We have moved our forum to GitHub Discussions. For questions about Phalcon v3/v4/v5 you can visit here and for Phalcon v6 here.

Data consistency with findFirst then ->create()

I'm consistently having an issue in a production environment where I'm doing a query to see if the row exists, if so update, if not insert.

Here is the code

$hasExistingVisit = \Model\UserVisit::findFirst(array(
    'fromUserId = :fromUserId: AND toUserId = :toUserId:',
    "bind" => array(
        'fromUserId' => $this->currentUser->userId,
        'toUserId' => $this->profileUser->userId,
    ),
));

if($hasExistingVisit) {
    $hasExistingVisit->visitCount++;
    $hasExistingVisit->seen = 0;
    $hasExistingVisit->lastVisit = new \Phalcon\Db\RawValue('NOW()');               
    $hasExistingVisit->save();              
} else {
    $newVisit = new \Model\UserVisit;
    $newVisit->fromUserId = $this->currentUser->userId;
    $newVisit->toUserId = $this->profileUser->userId;
    $newVisit->lastVisit = new \Phalcon\Db\RawValue('NOW()');
    $newVisit->create();
}

About .001% of the time it will get this error:

SQLSTATE[23000]: Integrity constraint violation: 1062 Duplicate entry '977070-935378' for key 'PRIMARY'

I've tried everything, including using $hasExistingVisit !== false

This is probably a symptom of another problem, but I'm not calling it twice, and even if it were a race condition, its directly after the query, so it would be unlikely to trigger an error.

Any help/thoughts would be appreciated, thank you!

Simply - if people will refresh two times before adding to database in first time this condition will be ture. But when actually making query it can be already there - this is why you have error. For this case you simply should put this has existing visit to some kind of cache to be honest.
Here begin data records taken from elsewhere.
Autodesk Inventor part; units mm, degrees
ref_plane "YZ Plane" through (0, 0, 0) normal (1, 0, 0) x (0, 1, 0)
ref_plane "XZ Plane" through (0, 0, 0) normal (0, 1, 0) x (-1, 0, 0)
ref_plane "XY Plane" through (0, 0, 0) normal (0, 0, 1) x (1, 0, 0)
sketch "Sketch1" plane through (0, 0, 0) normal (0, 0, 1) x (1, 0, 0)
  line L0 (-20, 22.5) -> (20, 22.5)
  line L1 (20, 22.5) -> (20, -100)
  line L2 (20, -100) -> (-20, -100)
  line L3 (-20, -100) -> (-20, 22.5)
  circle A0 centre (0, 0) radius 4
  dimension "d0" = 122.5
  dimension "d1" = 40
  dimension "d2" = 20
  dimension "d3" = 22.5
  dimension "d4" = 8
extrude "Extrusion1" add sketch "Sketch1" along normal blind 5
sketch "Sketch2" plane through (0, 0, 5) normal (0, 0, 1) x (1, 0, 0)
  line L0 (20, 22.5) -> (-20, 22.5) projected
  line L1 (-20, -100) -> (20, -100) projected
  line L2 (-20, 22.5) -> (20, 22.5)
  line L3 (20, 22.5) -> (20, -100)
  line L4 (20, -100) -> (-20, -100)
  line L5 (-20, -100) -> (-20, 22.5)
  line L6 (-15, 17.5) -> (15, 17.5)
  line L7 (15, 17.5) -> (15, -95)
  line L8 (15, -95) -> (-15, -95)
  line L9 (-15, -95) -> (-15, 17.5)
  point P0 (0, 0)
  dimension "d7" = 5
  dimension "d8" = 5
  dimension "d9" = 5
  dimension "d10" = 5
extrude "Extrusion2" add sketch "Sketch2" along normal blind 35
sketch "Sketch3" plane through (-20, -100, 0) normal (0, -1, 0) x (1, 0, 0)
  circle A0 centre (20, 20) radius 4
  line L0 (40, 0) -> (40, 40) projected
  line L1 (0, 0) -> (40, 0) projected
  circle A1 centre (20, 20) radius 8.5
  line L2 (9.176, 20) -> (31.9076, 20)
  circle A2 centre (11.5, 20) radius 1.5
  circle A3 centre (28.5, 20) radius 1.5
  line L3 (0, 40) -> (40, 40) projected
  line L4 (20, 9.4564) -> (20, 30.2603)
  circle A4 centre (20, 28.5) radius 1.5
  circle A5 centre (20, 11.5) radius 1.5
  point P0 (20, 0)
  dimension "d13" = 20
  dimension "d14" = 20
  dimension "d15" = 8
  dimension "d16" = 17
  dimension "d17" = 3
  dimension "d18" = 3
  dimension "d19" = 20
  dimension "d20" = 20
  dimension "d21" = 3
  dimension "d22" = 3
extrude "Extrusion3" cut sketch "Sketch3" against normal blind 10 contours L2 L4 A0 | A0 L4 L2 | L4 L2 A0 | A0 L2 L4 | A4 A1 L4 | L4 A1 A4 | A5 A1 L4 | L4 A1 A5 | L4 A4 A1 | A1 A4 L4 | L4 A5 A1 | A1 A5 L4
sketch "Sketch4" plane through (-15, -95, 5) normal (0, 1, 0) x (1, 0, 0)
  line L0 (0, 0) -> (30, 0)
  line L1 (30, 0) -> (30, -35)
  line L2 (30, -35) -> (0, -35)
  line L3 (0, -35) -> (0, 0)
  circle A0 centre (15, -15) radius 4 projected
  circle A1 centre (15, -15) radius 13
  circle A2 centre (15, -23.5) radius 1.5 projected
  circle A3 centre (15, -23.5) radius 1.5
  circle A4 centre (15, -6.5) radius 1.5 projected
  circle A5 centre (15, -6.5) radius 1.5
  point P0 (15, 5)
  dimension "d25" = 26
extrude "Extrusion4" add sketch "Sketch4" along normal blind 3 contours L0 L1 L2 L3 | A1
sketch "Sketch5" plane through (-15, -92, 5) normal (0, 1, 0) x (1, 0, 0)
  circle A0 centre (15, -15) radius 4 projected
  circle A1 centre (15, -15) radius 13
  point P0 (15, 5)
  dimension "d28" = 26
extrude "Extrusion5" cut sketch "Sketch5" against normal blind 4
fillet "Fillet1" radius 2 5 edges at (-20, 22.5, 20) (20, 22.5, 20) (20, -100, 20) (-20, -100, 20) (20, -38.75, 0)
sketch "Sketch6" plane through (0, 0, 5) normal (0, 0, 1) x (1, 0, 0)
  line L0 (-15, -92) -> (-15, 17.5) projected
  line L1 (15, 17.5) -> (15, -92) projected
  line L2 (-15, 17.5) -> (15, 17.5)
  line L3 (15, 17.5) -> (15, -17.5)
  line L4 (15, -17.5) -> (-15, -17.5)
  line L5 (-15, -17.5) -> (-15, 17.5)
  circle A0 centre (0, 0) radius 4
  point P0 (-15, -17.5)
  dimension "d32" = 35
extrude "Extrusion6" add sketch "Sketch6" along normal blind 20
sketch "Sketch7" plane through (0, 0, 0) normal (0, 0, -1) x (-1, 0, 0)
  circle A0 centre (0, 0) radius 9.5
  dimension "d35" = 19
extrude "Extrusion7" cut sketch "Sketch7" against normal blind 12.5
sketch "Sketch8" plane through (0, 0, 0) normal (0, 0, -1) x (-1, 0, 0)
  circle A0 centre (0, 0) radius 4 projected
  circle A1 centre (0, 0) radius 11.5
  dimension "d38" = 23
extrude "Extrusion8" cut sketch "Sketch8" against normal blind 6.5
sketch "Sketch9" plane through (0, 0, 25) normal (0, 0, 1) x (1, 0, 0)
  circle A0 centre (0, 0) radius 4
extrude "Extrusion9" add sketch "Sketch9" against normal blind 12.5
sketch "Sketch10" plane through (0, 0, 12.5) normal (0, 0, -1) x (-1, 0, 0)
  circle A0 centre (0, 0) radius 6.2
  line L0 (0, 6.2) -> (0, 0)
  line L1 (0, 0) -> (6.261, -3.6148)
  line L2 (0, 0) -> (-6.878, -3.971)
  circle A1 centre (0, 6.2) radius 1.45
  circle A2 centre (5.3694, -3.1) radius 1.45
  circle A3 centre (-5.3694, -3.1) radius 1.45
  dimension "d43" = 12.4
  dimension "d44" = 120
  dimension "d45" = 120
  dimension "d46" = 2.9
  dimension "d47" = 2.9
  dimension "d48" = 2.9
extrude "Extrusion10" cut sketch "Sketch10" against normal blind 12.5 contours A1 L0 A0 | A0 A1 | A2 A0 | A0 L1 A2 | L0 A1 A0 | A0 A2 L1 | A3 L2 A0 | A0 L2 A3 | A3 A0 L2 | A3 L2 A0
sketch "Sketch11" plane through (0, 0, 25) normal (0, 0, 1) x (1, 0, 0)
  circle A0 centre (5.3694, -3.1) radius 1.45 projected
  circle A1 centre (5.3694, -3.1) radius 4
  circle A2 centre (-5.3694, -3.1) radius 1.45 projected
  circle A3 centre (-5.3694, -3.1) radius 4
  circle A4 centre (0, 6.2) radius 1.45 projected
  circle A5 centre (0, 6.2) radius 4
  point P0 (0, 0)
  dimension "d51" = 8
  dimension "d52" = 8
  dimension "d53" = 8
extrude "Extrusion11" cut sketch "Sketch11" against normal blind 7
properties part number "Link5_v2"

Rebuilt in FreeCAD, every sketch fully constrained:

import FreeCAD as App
import Part
import Sketcher

V = App.Vector


def edges_at(feature, points):
    """Names of the edges that pass closest to the given points."""
    edges = feature.Shape.Edges
    near = lambda p: min(range(len(edges)), key=lambda i: edges[i].distToShape(Part.Vertex(*p))[0])
    return sorted({f"Edge{near(p) + 1}" for p in points})

doc = App.newDocument("Part")
body = doc.addObject("PartDesign::Body", "Body")

# Sketch on XY plane
sketch1 = body.newObject("Sketcher::SketchObject", "Sketch")
sketch1.AttachmentSupport = (doc.getObject("XY_Plane"), [""])
sketch1.MapMode = "FlatFace"
sketch1.addGeometry(Part.LineSegment(V(20, 22.5, 0), V(-20, 22.5, 0)), False)
sketch1.addGeometry(Part.LineSegment(V(-20, 22.5, 0), V(-20, -100, 0)), False)
sketch1.addGeometry(Part.LineSegment(V(-20, -100, 0), V(20, -100, 0)), False)
sketch1.addGeometry(Part.LineSegment(V(20, -100, 0), V(20, 22.5, 0)), False)
sketch1.addGeometry(Part.Circle(V(0, 0, 0), V(0, 0, 1), 4), False)
sketch1.addConstraint(Sketcher.Constraint("Coincident", 0, 2, 1, 1))
sketch1.addConstraint(Sketcher.Constraint("Coincident", 1, 2, 2, 1))
sketch1.addConstraint(Sketcher.Constraint("Coincident", 2, 2, 3, 1))
sketch1.addConstraint(Sketcher.Constraint("Coincident", 3, 2, 0, 1))
sketch1.addConstraint(Sketcher.Constraint("Horizontal", 0))
sketch1.addConstraint(Sketcher.Constraint("Vertical", 1))
sketch1.addConstraint(Sketcher.Constraint("Horizontal", 2))
sketch1.addConstraint(Sketcher.Constraint("Vertical", 3))
sketch1.addConstraint(Sketcher.Constraint("Coincident", 4, 3, -1, 1))
sketch1.addConstraint(Sketcher.Constraint("Diameter", 4, 8.0))
sketch1.addConstraint(Sketcher.Constraint("DistanceX", 0, 2, 0, 1, 40.0))
sketch1.addConstraint(Sketcher.Constraint("DistanceY", 1, 2, 1, 1, 122.5))
sketch1.addConstraint(Sketcher.Constraint("DistanceX", 0, 2, -1, 1, 20.0))
sketch1.addConstraint(Sketcher.Constraint("DistanceY", -1, 1, 0, 2, 22.5))
pad1 = body.newObject("PartDesign::Pad", "Pad")
pad1.Profile = sketch1
pad1.Length = 5

# Sketch on XY plane
sketch2 = body.newObject("Sketcher::SketchObject", "Sketch001")
sketch2.AttachmentSupport = (doc.getObject("XY_Plane"), [""])
sketch2.MapMode = "FlatFace"
sketch2.AttachmentOffset = App.Placement(V(0, 0, 5), App.Rotation())
sketch2.addGeometry(Part.LineSegment(V(20, -100, 0), V(20, 22, 0)), False)
sketch2.addGeometry(Part.LineSegment(V(20, 22, 0), V(-20, 22, 0)), False)
sketch2.addGeometry(Part.LineSegment(V(-20, 22, 0), V(-20, -100, 0)), False)
sketch2.addGeometry(Part.LineSegment(V(-20, -100, 0), V(20, -100, 0)), False)
sketch2.addGeometry(Part.LineSegment(V(-15, -95, 0), V(-15, 18, 0)), False)
sketch2.addGeometry(Part.LineSegment(V(-15, 18, 0), V(15, 18, 0)), False)
sketch2.addGeometry(Part.LineSegment(V(15, 18, 0), V(15, -95, 0)), False)
sketch2.addGeometry(Part.LineSegment(V(15, -95, 0), V(-15, -95, 0)), False)
sketch2.addConstraint(Sketcher.Constraint("Coincident", 0, 2, 1, 1))
sketch2.addConstraint(Sketcher.Constraint("Coincident", 1, 2, 2, 1))
sketch2.addConstraint(Sketcher.Constraint("Coincident", 2, 2, 3, 1))
sketch2.addConstraint(Sketcher.Constraint("Coincident", 3, 2, 0, 1))
sketch2.addConstraint(Sketcher.Constraint("Coincident", 4, 2, 5, 1))
sketch2.addConstraint(Sketcher.Constraint("Coincident", 5, 2, 6, 1))
sketch2.addConstraint(Sketcher.Constraint("Coincident", 6, 2, 7, 1))
sketch2.addConstraint(Sketcher.Constraint("Coincident", 7, 2, 4, 1))
sketch2.addConstraint(Sketcher.Constraint("Vertical", 0))
sketch2.addConstraint(Sketcher.Constraint("Horizontal", 1))
sketch2.addConstraint(Sketcher.Constraint("Vertical", 2))
sketch2.addConstraint(Sketcher.Constraint("Horizontal", 3))
sketch2.addConstraint(Sketcher.Constraint("Vertical", 4))
sketch2.addConstraint(Sketcher.Constraint("Horizontal", 5))
sketch2.addConstraint(Sketcher.Constraint("Vertical", 6))
sketch2.addConstraint(Sketcher.Constraint("Horizontal", 7))
sketch2.addConstraint(Sketcher.Constraint("DistanceX", 1, 2, 4, 2, 5.0))
sketch2.addConstraint(Sketcher.Constraint("DistanceY", 4, 2, 1, 2, 5.0))
sketch2.addConstraint(Sketcher.Constraint("DistanceX", 5, 2, 0, 2, 5.0))
sketch2.addConstraint(Sketcher.Constraint("DistanceY", 3, 2, 6, 2, 5.0))
sketch2.addConstraint(Sketcher.Constraint("DistanceX", 1, 2, 1, 1, 40.0))
sketch2.addConstraint(Sketcher.Constraint("DistanceY", 0, 1, 0, 2, 122.5))
sketch2.addConstraint(Sketcher.Constraint("DistanceX", -1, 1, 0, 2, 20.0))
sketch2.addConstraint(Sketcher.Constraint("DistanceY", 2, 2, -1, 1, 100.0))
pad2 = body.newObject("PartDesign::Pad", "Pad001")
pad2.Profile = sketch2
pad2.Length = 35

# Sketch on XZ plane
sketch3 = body.newObject("Sketcher::SketchObject", "Sketch002")
sketch3.AttachmentSupport = (doc.getObject("XZ_Plane"), [""])
sketch3.MapMode = "FlatFace"
sketch3.AttachmentOffset = App.Placement(V(0, 0, 100), App.Rotation())
sketch3.addGeometry(Part.Circle(V(0, 20, 0), V(0, 0, 1), 4), False)
sketch3.addGeometry(Part.Circle(V(0, 28.5, 0), V(0, 0, 1), 1.5), False)
sketch3.addGeometry(Part.Circle(V(0, 11.5, 0), V(0, 0, 1), 1.5), False)
sketch3.addConstraint(Sketcher.Constraint("Equal", 1, 2))
sketch3.addConstraint(Sketcher.Constraint("PointOnObject", 0, 3, -2))
sketch3.addConstraint(Sketcher.Constraint("PointOnObject", 1, 3, -2))
sketch3.addConstraint(Sketcher.Constraint("PointOnObject", 2, 3, -2))
sketch3.addConstraint(Sketcher.Constraint("Diameter", 0, 8.0))
sketch3.addConstraint(Sketcher.Constraint("Diameter", 1, 3.0))
sketch3.addConstraint(Sketcher.Constraint("DistanceY", -1, 1, 0, 3, 20.0))
sketch3.addConstraint(Sketcher.Constraint("DistanceY", 2, 3, 1, 3, 17.0))
sketch3.addConstraint(Sketcher.Constraint("DistanceY", -1, 1, 1, 3, 28.5))
pocket1 = body.newObject("PartDesign::Pocket", "Pocket")
pocket1.Profile = sketch3
pocket1.Length = 10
What about locking beforehand?

Altenatively you could go down to raw SQL and do a REPLACE or INSERT...IGNORE or INSERT ... ON DUPLICATE KEY UPDATE. This page explains the differences: https://chartio.com/resources/tutorials/how-to-insert-if-row-does-not-exist-upsert-in-mysql/

If it were me, I'd do an INSERT...IGNORE. In this case, the data is only going to be off by one, and you don't really need to record both visits anyway.

Answering myself after several years: the challenge with this problem was actually an unavoidable race condition. The solution for these kinds of problems are to publish the change to a queue and run the queries by a worker which guarantees they will run in order and not have a race condition as long as the worker consumer is single-threaded.